I've been doing some practice with trees in C for my undergraduate courses and I came about on very strange results.

This is the code that didn't output as expected. I have a tree with the root being the struct node * root, and the preorder function prints the data on each node on the tree.

struct node{
    char data;
    struct node * left;
    struct node * right;
};

struct node* newNode(char data){
    struct node* node = malloc(sizeof(struct node));
    node->data = data;
    node->left = NULL;
    node->right = NULL;
    return(node);
}

void preorder(struct node * root){
    //struct node * start = root;
    struct node * L;
    struct node * R;
    if(root!=NULL){
        printf("%c",root->data);
        preorder(root->left);
        preorder(root->right);
    }
}

int main(){
    struct node * root = newNode("a");
    root->left = newNode("b");
    root->right = newNode("c");
    root->left->left = newNode("d");
    root->left->right = newNode("e");
    root->right->left = newNode("f");
    root->right->right = newNode("g");
    preorder(root);
    return 0;
}

I was expecting the output to be "abdecfg", but instead the terminal is outputting a weird result, as such; https://i.imgur.com/LudpUn7.png . I get the GCC warning "[Warning] assignment makes integer from pointer without a cast", but I don't understand why.
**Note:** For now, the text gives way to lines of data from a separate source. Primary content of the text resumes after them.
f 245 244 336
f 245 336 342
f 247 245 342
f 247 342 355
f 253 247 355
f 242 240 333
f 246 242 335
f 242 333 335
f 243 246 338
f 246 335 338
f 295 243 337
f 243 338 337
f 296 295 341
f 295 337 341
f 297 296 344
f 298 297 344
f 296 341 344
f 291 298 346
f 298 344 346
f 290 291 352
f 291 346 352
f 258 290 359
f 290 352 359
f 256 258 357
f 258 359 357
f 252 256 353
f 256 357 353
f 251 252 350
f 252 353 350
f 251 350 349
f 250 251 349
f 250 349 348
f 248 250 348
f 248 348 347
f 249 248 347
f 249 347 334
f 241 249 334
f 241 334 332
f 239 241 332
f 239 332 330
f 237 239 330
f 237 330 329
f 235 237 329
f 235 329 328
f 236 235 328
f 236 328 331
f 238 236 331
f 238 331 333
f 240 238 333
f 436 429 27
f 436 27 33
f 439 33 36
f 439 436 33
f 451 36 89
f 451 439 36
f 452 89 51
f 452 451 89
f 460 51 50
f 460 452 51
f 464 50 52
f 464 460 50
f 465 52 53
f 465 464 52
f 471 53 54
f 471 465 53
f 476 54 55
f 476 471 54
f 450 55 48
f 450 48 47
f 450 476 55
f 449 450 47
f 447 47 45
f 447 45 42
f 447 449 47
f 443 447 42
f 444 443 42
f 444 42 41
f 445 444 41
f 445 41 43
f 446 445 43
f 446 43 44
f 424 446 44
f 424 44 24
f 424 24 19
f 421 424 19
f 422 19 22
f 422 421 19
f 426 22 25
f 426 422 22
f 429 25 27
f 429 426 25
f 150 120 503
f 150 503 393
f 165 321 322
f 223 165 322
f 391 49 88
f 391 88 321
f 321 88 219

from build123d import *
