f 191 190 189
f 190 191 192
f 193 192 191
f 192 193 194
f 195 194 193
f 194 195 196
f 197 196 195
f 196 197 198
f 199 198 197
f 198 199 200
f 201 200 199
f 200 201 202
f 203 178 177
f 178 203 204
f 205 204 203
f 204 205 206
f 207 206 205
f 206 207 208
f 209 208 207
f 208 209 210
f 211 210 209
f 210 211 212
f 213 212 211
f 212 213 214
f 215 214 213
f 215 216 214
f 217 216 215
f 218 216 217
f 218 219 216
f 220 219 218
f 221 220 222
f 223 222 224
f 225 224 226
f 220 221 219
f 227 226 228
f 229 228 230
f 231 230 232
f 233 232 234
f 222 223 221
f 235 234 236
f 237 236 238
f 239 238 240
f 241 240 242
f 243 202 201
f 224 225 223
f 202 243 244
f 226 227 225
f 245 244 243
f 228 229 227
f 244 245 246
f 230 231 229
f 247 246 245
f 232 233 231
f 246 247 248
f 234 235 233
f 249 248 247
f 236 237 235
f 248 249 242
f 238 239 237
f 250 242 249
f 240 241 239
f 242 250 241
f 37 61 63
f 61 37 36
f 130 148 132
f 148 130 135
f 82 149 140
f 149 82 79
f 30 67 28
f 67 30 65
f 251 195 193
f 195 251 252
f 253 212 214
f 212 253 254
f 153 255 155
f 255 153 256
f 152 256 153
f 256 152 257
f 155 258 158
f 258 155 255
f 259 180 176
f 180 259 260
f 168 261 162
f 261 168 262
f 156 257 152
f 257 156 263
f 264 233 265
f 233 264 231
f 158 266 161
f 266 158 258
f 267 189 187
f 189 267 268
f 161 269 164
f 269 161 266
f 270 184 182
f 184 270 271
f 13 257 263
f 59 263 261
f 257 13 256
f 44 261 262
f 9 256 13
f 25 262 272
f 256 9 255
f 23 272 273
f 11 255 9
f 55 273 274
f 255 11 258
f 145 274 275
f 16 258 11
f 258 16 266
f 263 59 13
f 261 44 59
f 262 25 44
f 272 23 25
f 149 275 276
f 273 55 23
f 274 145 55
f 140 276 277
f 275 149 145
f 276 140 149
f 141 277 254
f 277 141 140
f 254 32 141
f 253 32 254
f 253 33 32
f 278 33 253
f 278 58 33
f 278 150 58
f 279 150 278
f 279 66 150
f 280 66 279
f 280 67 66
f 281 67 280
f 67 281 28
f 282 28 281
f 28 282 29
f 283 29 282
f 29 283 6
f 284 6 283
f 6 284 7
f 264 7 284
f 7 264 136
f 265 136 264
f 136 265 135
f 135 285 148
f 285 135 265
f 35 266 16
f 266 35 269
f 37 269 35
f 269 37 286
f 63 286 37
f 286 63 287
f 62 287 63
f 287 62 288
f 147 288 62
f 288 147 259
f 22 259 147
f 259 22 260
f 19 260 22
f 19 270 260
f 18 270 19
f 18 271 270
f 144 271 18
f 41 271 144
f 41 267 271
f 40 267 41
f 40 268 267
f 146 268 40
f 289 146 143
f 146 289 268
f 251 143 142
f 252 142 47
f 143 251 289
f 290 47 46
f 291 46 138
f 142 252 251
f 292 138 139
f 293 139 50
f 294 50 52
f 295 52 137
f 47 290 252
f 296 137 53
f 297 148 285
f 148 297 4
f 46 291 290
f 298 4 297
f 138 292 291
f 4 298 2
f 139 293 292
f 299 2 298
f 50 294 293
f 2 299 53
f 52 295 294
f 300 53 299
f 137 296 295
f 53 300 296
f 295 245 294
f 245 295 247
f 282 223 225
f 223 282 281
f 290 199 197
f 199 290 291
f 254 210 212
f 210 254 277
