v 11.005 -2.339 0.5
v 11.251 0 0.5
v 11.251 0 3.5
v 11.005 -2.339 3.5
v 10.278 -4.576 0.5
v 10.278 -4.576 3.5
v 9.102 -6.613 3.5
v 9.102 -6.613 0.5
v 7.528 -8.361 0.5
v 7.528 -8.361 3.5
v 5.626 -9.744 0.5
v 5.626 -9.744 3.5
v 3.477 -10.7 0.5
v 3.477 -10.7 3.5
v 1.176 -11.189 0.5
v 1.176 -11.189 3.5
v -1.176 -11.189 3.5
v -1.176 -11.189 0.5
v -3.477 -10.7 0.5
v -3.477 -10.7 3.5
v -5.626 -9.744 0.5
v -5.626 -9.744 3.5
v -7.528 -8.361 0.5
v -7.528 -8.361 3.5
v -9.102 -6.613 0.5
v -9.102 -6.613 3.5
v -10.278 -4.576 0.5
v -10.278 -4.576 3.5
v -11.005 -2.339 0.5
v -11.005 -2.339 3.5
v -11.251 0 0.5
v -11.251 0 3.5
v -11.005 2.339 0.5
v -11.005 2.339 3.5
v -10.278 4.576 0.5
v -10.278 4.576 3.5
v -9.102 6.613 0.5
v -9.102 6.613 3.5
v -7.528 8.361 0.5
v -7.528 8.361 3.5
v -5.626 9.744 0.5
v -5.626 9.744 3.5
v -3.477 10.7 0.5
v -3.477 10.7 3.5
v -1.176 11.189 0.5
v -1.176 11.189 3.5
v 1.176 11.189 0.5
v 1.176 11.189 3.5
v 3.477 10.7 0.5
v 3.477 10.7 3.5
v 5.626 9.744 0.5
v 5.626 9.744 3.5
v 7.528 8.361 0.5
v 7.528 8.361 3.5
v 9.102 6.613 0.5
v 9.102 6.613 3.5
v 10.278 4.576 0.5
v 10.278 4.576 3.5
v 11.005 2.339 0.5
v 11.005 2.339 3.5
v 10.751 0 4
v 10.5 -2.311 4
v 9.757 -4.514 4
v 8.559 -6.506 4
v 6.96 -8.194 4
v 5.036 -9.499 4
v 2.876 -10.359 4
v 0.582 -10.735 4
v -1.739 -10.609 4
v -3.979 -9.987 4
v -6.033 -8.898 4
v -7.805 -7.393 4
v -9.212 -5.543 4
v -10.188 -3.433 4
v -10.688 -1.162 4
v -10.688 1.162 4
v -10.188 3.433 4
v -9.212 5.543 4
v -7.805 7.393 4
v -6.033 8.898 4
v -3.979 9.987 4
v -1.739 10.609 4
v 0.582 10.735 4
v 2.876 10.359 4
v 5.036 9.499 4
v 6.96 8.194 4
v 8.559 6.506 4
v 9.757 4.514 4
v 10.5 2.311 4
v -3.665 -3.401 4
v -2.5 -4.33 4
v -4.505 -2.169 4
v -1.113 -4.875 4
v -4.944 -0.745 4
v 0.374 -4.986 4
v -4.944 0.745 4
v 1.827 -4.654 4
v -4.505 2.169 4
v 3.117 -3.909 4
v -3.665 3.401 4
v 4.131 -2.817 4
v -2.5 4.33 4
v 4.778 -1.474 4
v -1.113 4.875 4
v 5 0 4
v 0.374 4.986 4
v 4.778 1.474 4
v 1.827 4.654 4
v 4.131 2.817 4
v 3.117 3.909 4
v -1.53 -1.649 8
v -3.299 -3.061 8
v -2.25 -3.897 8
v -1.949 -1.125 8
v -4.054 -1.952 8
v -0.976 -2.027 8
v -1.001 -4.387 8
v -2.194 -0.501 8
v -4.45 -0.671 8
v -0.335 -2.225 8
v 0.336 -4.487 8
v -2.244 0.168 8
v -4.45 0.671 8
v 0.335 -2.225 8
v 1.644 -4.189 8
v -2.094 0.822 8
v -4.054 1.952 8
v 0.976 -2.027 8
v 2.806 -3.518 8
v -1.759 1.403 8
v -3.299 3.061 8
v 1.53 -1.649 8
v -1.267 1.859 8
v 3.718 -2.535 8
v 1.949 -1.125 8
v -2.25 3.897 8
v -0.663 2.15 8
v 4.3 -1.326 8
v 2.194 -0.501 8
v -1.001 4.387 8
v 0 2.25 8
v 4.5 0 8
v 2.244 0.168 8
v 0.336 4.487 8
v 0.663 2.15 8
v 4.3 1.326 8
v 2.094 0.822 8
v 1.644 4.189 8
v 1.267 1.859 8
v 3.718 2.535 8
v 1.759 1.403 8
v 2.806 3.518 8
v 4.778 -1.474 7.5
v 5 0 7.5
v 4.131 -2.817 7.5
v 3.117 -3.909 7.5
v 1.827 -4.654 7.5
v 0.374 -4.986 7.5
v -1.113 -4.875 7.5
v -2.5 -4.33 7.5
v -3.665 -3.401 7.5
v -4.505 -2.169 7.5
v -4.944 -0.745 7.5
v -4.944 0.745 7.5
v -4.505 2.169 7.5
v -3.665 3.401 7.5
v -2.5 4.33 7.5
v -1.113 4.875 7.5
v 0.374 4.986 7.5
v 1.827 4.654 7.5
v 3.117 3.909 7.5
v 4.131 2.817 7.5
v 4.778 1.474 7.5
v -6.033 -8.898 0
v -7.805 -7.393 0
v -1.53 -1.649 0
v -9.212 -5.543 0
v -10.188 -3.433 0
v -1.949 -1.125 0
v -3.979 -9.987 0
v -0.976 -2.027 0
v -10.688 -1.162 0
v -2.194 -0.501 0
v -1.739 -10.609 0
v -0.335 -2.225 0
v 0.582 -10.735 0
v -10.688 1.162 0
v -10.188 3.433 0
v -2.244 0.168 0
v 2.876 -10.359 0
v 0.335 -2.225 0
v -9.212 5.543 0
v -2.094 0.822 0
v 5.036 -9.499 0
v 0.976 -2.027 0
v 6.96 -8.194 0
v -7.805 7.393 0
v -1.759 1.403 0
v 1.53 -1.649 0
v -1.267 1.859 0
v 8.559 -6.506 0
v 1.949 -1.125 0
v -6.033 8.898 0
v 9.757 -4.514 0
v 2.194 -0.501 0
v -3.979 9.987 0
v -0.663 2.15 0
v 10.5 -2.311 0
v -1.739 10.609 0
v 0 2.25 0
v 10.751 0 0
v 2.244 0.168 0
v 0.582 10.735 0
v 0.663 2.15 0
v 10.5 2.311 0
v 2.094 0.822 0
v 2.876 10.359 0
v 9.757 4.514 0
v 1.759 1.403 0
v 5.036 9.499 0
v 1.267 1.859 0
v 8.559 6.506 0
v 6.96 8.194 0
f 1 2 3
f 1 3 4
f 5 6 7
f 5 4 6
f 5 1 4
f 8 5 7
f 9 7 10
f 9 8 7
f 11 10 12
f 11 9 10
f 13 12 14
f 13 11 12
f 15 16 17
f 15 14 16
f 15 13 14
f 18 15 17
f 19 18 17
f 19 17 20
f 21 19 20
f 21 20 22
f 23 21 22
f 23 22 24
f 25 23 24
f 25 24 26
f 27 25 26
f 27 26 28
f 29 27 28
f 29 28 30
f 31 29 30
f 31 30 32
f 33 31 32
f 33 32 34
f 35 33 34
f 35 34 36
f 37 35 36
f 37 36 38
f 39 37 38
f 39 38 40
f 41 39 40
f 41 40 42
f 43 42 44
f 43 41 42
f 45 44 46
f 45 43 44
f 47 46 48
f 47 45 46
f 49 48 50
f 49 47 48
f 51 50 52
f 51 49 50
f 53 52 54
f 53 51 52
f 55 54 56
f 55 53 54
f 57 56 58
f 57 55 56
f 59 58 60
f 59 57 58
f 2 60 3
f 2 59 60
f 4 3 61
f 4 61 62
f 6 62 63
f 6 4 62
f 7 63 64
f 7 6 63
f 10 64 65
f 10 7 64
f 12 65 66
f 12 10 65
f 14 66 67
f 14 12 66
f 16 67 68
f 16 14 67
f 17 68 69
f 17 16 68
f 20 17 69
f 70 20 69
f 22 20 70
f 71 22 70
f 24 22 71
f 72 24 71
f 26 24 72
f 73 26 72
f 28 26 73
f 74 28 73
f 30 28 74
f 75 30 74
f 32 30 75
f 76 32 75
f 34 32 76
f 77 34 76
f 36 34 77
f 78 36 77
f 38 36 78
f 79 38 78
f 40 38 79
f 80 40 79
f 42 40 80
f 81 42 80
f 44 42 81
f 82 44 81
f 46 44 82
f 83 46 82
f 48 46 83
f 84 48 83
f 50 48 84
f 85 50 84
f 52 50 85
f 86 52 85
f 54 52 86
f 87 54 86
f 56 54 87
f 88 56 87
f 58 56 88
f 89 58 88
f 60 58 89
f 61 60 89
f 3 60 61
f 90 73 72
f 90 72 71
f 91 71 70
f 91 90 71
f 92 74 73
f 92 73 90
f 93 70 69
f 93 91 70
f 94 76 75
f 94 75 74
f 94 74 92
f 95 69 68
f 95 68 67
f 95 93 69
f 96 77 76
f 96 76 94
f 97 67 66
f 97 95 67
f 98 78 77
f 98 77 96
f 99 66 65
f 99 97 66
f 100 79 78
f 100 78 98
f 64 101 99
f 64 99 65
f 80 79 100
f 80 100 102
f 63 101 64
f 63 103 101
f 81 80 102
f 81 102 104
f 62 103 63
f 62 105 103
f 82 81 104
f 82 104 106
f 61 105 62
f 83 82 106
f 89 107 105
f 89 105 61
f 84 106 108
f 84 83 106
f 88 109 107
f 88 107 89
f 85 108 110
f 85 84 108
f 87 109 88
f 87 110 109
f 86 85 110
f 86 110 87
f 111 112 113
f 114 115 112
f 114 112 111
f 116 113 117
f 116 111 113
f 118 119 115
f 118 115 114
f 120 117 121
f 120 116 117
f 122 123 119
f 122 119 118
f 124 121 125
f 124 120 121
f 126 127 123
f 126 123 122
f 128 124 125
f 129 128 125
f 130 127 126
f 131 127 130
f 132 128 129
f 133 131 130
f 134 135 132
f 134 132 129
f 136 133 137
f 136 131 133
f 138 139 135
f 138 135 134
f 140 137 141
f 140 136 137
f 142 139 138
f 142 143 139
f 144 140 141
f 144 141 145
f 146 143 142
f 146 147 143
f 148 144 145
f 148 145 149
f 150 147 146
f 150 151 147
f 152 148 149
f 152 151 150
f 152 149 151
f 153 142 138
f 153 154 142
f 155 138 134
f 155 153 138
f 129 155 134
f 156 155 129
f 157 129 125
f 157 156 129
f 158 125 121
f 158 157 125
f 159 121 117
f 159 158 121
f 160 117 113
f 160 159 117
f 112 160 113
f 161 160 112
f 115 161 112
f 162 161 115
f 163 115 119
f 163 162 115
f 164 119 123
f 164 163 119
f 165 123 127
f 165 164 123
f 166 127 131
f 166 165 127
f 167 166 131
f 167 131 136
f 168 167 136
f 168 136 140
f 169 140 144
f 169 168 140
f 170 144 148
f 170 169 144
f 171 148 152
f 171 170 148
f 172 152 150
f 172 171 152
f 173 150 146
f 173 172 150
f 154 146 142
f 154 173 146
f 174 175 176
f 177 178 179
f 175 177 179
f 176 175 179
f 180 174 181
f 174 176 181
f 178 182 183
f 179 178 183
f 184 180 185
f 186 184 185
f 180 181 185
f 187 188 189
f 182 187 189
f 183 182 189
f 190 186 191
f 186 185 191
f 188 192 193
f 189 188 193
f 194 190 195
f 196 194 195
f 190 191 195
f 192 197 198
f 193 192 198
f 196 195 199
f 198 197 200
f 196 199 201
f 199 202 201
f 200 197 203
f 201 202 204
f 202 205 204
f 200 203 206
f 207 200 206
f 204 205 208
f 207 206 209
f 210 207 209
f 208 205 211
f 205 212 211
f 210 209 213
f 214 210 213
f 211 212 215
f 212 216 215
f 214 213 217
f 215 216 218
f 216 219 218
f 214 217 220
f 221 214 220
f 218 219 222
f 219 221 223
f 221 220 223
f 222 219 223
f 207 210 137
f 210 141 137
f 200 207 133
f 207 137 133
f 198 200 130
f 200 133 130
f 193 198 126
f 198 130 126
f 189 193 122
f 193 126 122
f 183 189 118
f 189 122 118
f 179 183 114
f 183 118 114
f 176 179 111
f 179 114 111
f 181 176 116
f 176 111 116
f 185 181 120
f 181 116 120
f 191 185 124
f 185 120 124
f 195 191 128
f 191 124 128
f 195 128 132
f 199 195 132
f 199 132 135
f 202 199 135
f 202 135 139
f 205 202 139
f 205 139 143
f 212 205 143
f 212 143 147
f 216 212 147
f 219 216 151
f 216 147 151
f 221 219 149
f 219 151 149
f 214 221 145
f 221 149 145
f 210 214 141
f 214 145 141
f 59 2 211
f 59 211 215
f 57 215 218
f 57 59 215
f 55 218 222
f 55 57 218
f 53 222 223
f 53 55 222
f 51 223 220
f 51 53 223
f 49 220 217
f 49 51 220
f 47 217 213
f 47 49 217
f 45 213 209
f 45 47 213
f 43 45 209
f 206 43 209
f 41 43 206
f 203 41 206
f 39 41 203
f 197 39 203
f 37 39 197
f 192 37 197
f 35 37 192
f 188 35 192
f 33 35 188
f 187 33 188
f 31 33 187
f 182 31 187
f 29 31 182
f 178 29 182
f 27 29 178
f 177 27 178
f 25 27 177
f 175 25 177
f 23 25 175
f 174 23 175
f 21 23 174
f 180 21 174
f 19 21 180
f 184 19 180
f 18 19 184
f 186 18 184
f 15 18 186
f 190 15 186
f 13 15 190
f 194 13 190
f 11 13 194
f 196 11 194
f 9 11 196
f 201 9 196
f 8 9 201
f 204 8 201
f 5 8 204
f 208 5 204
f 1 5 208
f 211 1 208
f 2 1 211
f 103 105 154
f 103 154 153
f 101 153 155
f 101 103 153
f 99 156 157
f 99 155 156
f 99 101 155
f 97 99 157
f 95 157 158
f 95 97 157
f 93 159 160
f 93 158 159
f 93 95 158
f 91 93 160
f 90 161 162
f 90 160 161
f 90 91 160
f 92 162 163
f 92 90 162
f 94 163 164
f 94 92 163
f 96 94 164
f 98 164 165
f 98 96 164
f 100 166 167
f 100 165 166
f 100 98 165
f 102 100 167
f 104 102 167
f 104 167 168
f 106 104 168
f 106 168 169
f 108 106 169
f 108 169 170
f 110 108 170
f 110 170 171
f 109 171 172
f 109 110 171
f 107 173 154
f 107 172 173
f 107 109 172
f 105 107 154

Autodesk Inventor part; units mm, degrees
ref_plane "YZ Plane" through (0, 0, 0) normal (1, 0, 0) x (0, 1, 0)
ref_plane "XZ Plane" through (0, 0, 0) normal (0, 1, 0) x (-1, 0, 0)
ref_plane "XY Plane" through (0, 0, 0) normal (0, 0, 1) x (1, 0, 0)
sketch "Sketch5" plane through (0, 0, 0) normal (0, 0, 1) x (1, 0, 0)
  circle A0 centre (0, 0) radius 11.251
  dimension "d8" = 22.502
extrude "Extrusion5" add sketch "Sketch5" along normal blind 4
sketch "Sketch6" plane through (0, 0, 4) normal (0, 0, 1) x (1, 0, 0)
  circle A0 centre (0, 0) radius 11.251 projected
  circle A1 centre (0, 0) radius 5
  dimension "d15" = 10
extrude "Extrusion6" add sketch "Sketch6" along normal blind 4 contours A1
hole "Hole1" at (0, 0, 0) direction (0, 0, 1) diameter 4.5 end through all
chamfer "Chamfer2" distance 0.5 angle 45 3 edges at (-11.251, 0, 0) (-11.251, 0, 4) (-5, 0, 8)
properties part number "BC-10011" material "Aço Inox AISI 304"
If I use the dereference asterisk on the char inputs, the error stops, and I get the expected output, like this;

int main(){
    struct node * root = newNode(*"a");
    root->left = newNode(*"b");
    root->right = newNode(*"c");
    root->left->left = newNode(*"d");
    root->left->right = newNode(*"e");
    root->right->left = newNode(*"f");
    root->right->right = newNode(*"g");
    preorder(root);
    return 0;
}

Please note that it does not work[1] if I put the dereference asterisk on the newNode input instead.

Thanks in advance for any help.


Solution

  • double quotes (") in C denote strings, which become char * (pointers). You want single quotes (') to get char constants.